Nursing home (NH) residents with advanced dementia who receive any hospice care during the last 90 days of life receive fewer aggressive treatments and are less likely to die in hospital than their counterparts who do not receive such care, show US study results.

Medicare policy states that patients in this population cannot receive skilled nursing facility (SNF) care and hospice care for the same terminal condition, note the researchers.

However, the current results "lend plausible support to the notion that dual access to Medicare SNF and hospice care may reduce rates of end-of-life hospitalizations," remarks the team in the Journal of the American Geriatrics Society.

Susan Miller (Brown University, Providence, Rhode Island) and colleagues reviewed data on 4344 NH patients with advanced dementia who died during 2005 to 2006 and had received Medicare SNF care in the 3 months before death.

Of these patients, 1086 also received hospice care after (65%) or alongside (35%) SNF care, either for a separate condition or paid for out-of-pocket.

Patients who received any hospice care after SNF care received significantly fewer medications and therapies, and had intravenous fluids, feeding tubes, and/or intramuscular medication injections significantly less frequently than their peers who did not receive hospice care, report Miller et al.

Furthermore, rates of hospital death were significantly lower among patients who received any hospice care compared with those who did not, at 2.4% and 0.4% among those who received it alongside or after SNF care, respectively, versus 21.3%.

Indeed, the likelihood of dying in a hospital was a significant 98% and 87% lower among those who received hospice care after or alongside SNF, respectively, compared with those who received no hospice care.

Puzzlingly, the researchers note that patients with concurrent hospice and SNF care were 65% more likely to have had persistent pain than their counterparts without hospice care.
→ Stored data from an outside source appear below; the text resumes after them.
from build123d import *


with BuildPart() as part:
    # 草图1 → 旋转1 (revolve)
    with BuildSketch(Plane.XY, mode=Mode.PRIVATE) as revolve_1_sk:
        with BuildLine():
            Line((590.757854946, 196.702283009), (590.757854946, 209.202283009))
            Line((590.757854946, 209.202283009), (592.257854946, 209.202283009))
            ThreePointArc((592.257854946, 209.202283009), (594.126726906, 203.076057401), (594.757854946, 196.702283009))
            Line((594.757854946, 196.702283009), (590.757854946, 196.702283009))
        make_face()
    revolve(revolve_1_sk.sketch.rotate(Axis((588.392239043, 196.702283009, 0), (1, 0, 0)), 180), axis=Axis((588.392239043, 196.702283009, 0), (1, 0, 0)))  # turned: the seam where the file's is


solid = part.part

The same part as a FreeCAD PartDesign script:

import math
import FreeCAD as App
import Part
import Sketcher

V = App.Vector

doc = App.newDocument("Part")
params = doc.addObject("Spreadsheet::Sheet", "Params")
for row, (alias, value) in enumerate([
    ("sketch1_radius", "32.5 mm"),
    ("sketch1_width", "4 mm"),
    ("sketch1_width2", "1.5 mm"),
    ("revolution_angle", "360 deg"),
], start=1):
    params.set(f"A{row}", alias)
    params.set(f"B{row}", "=" + value)
    params.setAlias(f"B{row}", alias)

body = doc.addObject("PartDesign::Body", "Body")

sketch1 = doc.addObject("Sketcher::SketchObject", "Sketch")
body.addObject(sketch1)
sketch1.AttachmentSupport = (doc.XY_Plane, [""])
sketch1.MapMode = "FlatFace"
sketch1.addGeometry(Part.LineSegment(V(590.8, 209.2, 0), V(590.8, 196.7, 0)), False)
sketch1.addGeometry(Part.LineSegment(V(590.8, 196.7, 0), V(594.8, 196.7, 0)), False)
sketch1.addGeometry(Part.ArcOfCircle(Part.Circle(V(562.3, 196.7, 0), V(0, 0, 1), 32.5), math.radians(0), math.radians(23)), False)
sketch1.addGeometry(Part.LineSegment(V(592.3, 209.2, 0), V(590.8, 209.2, 0)), False)
sketch1.addGeometry(Part.LineSegment(V(562.3, 196.7, 0), V(594.8, 196.7, 0)), True)
sketch1.addConstraint(Sketcher.Constraint("Coincident", 0, 2, 1, 1))
sketch1.addConstraint(Sketcher.Constraint("Coincident", 1, 2, 2, 1))
sketch1.addConstraint(Sketcher.Constraint("Coincident", 2, 2, 3, 1))
sketch1.addConstraint(Sketcher.Constraint("Coincident", 3, 2, 0, 1))
sketch1.addConstraint(Sketcher.Constraint("Vertical", 0))
sketch1.addConstraint(Sketcher.Constraint("Horizontal", 1))
sketch1.addConstraint(Sketcher.Constraint("Horizontal", 3))
sketch1.addConstraint(Sketcher.Constraint("Horizontal", 4))
sketch1.addConstraint(Sketcher.Constraint("Coincident", 4, 1, 2, 3))
sketch1.addConstraint(Sketcher.Constraint("Coincident", 4, 2, 1, 2))
sketch1.addConstraint(Sketcher.Constraint("Radius", 2, 32.5))
sketch1.addConstraint(Sketcher.Constraint("DistanceX", 1, 1, 1, 2, 4.0))
sketch1.addConstraint(Sketcher.Constraint("DistanceX", 3, 2, 3, 1, 1.5))
sketch1.addConstraint(Sketcher.Constraint("DistanceX", -1, 1, 2, 3, 562.257855))
sketch1.addConstraint(Sketcher.Constraint("DistanceY", -1, 1, 2, 3, 196.702283))
sketch1.setExpression("Constraints[10]", "Params.sketch1_radius")
sketch1.setExpression("Constraints[11]", "Params.sketch1_width")
sketch1.setExpression("Constraints[12]", "Params.sketch1_width2")
revolution = doc.addObject("PartDesign::Revolution", "Revolution")
body.addObject(revolution)
revolution.Profile = sketch1
revolution.ReferenceAxis = (sketch1, ["Axis0"])
revolution.setExpression("Angle", "Params.revolution_angle")

doc.recompute()
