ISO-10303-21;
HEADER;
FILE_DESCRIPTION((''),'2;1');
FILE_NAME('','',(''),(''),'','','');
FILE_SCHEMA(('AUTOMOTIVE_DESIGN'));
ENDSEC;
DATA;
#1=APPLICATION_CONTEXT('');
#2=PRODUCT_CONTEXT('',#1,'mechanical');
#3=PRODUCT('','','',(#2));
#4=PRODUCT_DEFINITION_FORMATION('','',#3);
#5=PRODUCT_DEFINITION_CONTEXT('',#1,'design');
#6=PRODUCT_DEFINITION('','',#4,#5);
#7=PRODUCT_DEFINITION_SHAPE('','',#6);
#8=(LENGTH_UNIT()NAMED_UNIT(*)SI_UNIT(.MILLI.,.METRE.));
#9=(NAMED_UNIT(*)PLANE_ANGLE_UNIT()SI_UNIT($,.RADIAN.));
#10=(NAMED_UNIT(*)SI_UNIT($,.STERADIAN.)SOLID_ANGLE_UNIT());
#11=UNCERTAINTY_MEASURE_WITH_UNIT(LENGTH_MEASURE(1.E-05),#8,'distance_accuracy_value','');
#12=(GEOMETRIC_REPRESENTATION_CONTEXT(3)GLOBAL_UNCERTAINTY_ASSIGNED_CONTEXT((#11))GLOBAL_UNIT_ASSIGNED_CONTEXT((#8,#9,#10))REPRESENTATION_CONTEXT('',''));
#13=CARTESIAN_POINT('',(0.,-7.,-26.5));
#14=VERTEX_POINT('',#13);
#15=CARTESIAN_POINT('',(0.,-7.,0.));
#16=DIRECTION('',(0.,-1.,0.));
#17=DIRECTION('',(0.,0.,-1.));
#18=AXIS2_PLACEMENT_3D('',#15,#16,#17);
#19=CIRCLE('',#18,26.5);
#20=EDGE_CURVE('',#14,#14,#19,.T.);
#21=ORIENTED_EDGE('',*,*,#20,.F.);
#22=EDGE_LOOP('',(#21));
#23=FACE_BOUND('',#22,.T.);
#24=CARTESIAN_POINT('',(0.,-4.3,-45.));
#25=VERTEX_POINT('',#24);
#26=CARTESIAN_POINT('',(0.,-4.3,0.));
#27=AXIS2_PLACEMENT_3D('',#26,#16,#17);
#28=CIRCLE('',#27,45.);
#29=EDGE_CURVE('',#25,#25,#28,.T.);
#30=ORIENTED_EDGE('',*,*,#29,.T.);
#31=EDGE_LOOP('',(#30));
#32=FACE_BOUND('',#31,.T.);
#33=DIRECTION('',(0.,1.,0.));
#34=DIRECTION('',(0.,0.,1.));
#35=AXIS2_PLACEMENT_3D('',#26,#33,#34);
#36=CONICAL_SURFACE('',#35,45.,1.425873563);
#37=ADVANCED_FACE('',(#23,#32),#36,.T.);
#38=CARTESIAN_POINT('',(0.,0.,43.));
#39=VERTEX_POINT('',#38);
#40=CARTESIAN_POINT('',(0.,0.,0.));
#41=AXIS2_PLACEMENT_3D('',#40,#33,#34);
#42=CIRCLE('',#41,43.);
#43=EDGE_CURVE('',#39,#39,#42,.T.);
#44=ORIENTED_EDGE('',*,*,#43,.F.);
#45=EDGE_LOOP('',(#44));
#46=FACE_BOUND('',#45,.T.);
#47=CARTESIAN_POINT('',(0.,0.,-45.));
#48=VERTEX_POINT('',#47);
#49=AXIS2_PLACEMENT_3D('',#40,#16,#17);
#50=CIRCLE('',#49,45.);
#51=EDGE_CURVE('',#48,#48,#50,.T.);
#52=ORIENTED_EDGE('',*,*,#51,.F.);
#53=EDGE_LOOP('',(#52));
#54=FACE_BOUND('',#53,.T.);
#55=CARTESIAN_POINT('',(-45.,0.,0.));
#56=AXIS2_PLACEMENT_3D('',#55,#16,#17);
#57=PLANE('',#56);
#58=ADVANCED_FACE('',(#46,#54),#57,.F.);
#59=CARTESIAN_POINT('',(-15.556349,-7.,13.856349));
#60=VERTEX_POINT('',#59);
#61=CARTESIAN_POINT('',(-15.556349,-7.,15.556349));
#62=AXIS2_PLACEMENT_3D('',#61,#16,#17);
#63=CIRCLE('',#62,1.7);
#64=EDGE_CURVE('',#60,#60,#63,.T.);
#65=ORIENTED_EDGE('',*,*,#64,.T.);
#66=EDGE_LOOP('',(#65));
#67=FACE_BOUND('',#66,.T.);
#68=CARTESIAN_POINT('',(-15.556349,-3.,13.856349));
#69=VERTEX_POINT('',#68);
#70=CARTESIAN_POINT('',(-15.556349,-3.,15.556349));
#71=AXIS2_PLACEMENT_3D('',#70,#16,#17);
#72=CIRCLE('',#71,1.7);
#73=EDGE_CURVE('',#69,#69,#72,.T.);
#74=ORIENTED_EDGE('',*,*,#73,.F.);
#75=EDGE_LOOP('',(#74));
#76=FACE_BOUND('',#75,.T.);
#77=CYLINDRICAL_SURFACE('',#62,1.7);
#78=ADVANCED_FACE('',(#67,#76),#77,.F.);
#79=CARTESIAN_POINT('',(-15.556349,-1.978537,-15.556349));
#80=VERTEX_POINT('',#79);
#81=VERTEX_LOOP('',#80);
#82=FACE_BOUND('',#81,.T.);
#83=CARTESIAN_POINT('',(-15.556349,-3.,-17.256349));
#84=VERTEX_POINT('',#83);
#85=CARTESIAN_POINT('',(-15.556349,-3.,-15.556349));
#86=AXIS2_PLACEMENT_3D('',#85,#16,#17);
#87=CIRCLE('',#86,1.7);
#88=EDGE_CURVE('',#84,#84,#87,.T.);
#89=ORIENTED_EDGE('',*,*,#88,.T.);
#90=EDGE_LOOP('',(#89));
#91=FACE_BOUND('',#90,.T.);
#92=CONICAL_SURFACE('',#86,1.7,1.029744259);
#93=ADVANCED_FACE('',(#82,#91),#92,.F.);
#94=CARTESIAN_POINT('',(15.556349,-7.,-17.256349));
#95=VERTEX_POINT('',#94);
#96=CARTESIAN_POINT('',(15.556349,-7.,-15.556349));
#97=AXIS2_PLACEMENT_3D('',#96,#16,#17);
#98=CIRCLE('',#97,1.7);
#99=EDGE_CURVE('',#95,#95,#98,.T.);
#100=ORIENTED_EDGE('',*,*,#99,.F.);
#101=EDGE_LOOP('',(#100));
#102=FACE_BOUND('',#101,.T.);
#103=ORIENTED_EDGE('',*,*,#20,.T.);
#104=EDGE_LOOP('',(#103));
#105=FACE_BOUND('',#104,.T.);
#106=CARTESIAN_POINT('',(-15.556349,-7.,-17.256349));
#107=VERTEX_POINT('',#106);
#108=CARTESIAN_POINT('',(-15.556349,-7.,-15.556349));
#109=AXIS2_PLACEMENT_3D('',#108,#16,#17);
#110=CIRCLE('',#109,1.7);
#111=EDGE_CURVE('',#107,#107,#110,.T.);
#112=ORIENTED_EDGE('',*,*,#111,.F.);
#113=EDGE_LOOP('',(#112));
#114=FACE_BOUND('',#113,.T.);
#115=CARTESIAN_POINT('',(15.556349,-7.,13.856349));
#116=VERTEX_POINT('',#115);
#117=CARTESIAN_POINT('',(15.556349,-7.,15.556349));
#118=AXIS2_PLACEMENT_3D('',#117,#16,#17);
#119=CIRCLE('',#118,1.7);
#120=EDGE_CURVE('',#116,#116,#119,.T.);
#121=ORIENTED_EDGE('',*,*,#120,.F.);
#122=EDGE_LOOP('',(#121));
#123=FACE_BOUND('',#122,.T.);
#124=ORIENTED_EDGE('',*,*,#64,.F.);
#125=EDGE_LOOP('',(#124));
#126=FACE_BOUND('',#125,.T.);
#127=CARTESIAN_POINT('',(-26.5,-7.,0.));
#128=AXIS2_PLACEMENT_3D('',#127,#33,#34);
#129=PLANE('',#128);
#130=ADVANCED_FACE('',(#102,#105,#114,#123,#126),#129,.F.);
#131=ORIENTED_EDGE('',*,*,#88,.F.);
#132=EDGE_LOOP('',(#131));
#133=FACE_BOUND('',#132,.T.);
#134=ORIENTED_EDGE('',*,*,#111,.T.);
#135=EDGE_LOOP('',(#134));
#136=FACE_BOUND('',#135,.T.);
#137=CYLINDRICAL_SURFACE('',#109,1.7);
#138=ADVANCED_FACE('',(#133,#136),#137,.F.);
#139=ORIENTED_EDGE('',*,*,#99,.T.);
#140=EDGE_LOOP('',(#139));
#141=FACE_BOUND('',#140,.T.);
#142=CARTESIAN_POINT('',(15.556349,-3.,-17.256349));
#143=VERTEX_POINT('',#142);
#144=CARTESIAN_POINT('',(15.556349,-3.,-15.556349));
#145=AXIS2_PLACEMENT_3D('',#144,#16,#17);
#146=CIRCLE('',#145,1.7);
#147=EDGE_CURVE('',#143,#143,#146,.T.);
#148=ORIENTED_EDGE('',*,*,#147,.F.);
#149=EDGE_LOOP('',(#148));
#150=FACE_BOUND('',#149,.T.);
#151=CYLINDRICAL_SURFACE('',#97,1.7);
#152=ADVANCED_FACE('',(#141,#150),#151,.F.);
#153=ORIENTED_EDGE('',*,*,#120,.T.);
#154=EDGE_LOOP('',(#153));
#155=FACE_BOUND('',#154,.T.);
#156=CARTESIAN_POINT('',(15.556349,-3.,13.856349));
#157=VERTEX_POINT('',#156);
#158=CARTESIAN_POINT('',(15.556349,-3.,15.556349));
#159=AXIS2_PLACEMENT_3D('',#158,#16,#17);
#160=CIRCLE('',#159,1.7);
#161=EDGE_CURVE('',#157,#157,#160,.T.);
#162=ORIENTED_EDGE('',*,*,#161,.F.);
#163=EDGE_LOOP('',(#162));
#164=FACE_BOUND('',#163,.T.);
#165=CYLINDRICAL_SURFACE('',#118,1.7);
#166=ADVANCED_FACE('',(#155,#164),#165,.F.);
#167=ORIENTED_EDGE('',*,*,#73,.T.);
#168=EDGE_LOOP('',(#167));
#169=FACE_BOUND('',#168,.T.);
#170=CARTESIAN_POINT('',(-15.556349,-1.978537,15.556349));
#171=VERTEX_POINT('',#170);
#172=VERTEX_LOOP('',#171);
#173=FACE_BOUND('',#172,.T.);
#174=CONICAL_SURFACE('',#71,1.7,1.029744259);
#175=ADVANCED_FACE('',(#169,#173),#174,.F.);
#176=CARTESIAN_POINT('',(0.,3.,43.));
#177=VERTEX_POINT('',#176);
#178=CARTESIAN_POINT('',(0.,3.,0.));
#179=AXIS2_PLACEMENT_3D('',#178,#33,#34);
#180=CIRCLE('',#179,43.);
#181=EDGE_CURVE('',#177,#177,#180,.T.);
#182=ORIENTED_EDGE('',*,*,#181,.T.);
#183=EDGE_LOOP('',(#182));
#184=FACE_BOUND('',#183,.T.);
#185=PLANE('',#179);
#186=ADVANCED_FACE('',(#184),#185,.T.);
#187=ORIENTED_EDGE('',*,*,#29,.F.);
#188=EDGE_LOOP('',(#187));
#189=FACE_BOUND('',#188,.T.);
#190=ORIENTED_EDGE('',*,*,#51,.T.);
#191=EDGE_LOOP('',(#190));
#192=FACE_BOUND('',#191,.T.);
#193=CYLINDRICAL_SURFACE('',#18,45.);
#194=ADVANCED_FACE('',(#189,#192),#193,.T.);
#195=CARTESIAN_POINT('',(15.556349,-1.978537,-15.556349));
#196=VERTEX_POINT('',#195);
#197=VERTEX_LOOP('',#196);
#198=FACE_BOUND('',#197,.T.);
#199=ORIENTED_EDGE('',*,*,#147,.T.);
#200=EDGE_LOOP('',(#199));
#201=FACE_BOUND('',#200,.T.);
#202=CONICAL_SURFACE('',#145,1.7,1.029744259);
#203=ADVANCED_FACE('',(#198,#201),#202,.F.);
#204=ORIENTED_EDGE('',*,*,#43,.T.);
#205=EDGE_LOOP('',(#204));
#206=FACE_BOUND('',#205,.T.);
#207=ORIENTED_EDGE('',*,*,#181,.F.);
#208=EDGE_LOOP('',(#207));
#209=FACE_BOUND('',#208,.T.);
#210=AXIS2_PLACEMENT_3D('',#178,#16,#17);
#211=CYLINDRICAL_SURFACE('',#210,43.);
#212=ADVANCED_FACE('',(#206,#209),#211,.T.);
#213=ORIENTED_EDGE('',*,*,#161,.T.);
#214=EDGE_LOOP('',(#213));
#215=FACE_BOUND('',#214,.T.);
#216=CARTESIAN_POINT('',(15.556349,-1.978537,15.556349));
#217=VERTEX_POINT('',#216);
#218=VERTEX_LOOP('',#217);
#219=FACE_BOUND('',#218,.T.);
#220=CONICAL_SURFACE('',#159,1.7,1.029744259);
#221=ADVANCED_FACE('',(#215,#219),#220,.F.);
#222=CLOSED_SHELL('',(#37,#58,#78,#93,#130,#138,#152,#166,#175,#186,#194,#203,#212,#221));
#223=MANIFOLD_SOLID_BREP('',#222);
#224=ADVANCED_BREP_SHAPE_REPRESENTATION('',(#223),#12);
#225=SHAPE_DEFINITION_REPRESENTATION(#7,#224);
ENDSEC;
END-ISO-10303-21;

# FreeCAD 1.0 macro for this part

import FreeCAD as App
import Part
import Sketcher

V = App.Vector
Q = App.Units.Quantity


def add_polygon(sketch, points):
    """Adds a closed chain of lines whose ends are joined by coincident constraints."""
    first, n = sketch.GeometryCount, len(points)
    for a, b in zip(points, points[1:] + points[:1]):
        sketch.addGeometry(Part.LineSegment(App.Vector(*a, 0), App.Vector(*b, 0)), False)
    for i in range(n):
        sketch.addConstraint(Sketcher.Constraint("Coincident", first + i, 2, first + (i + 1) % n, 1))

doc = App.newDocument("Part")
body = doc.addObject("PartDesign::Body", "Body")

sketch1 = body.newObject("Sketcher::SketchObject", "Sketch")
sketch1.AttachmentSupport = (doc.getObject("XY_Plane"), [""])
sketch1.MapMode = "FlatFace"
add_polygon(sketch1, [(-45, -4.3), (-26.5, -7), (0, -7), (0, 0), (-45, 0)])
sketch1.addConstraint([
    Sketcher.Constraint("Horizontal", 1),
    Sketcher.Constraint("Vertical", 2),
    Sketcher.Constraint("Horizontal", 3),
    Sketcher.Constraint("Vertical", 4),
    Sketcher.Constraint("Coincident", 2, 2, -1, 1),
    Sketcher.Constraint("DistanceX", 3, 2, 3, 1, Q("45 mm")),
    Sketcher.Constraint("DistanceY", 2, 1, 2, 2, Q("7 mm")),
    Sketcher.Constraint("DistanceX", 1, 1, 1, 2, Q("26.5 mm")),
    Sketcher.Constraint("DistanceY", 4, 2, 4, 1, Q("4.3 mm")),
])
revolution = body.newObject("PartDesign::Revolution", "Revolution")
revolution.Profile = sketch1
revolution.ReferenceAxis = (sketch1, ["V_Axis"])
revolution.Angle = 360

sketch2 = body.newObject("Sketcher::SketchObject", "Sketch001")
sketch2.AttachmentSupport = (doc.getObject("XZ_Plane"), [""])
sketch2.MapMode = "FlatFace"
sketch2.addGeometry(Part.Circle(V(0, 0, 0), V(0, 0, 1), 43), False)
sketch2.addConstraint([
    Sketcher.Constraint("Coincident", 0, 3, -1, 1),
    Sketcher.Constraint("Diameter", 0, Q("86 mm")),
])
pad1 = body.newObject("PartDesign::Pad", "Pad")
pad1.Profile = sketch2
pad1.Length = 3
pad1.Reversed = True

sketch3 = body.newObject("Sketcher::SketchObject", "Sketch002")
sketch3.AttachmentSupport = (doc.getObject("XZ_Plane"), [""])
sketch3.MapMode = "FlatFace"
sketch3.AttachmentOffset = App.Placement(V(0, 0, 7), App.Rotation())
sketch3.addGeometry([
    Part.Circle(V(-15.6, 15.6, 0), V(0, 0, 1), 1.7),
    Part.Circle(V(-15.6, -15.6, 0), V(0, 0, 1), 1.7),
    Part.Circle(V(15.6, -15.6, 0), V(0, 0, 1), 1.7),
    Part.Circle(V(15.6, 15.6, 0), V(0, 0, 1), 1.7),
], False)
sketch3.addConstraint([
    Sketcher.Constraint("Equal", 0, 1),
    Sketcher.Constraint("Equal", 1, 2),
    Sketcher.Constraint("Equal", 2, 3),
    Sketcher.Constraint("Symmetric", 0, 3, 2, 3, -1, 1),
    Sketcher.Constraint("Symmetric", 1, 3, 3, 3, -1, 1),
    Sketcher.Constraint("Symmetric", 1, 3, 2, 3, -2),
    Sketcher.Constraint("Diameter", 0, Q("3.4 mm")),
    Sketcher.Constraint("DistanceY", 1, 3, 0, 3, Q("31.112698 mm")),
    Sketcher.Constraint("DistanceX", 1, 3, 2, 3, Q("31.112698 mm")),
])
doc.recompute()
hole = body.newObject("PartDesign::Hole", "Hole")
hole.Profile = sketch3
hole.ThreadType = "None"
hole.Diameter = 3.4
hole.DepthType = "Dimension"
hole.Depth = 4
hole.DrillPoint = "Angled"
hole.DrillPointAngle = 118

doc.recompute()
However, "it is likely that the outcome measure lacked the sensitivity to adequately capture changes that may occur with hospice enrollment," they remark.

"Through the Affordable Care Act's required Medicare Hospice Concurrent Care demonstration project (which will allow concurrent hospice and other Medicare Part A care), the benefits and costs of concurrent Medicare SNF and hospice care will be studied," the team concludes.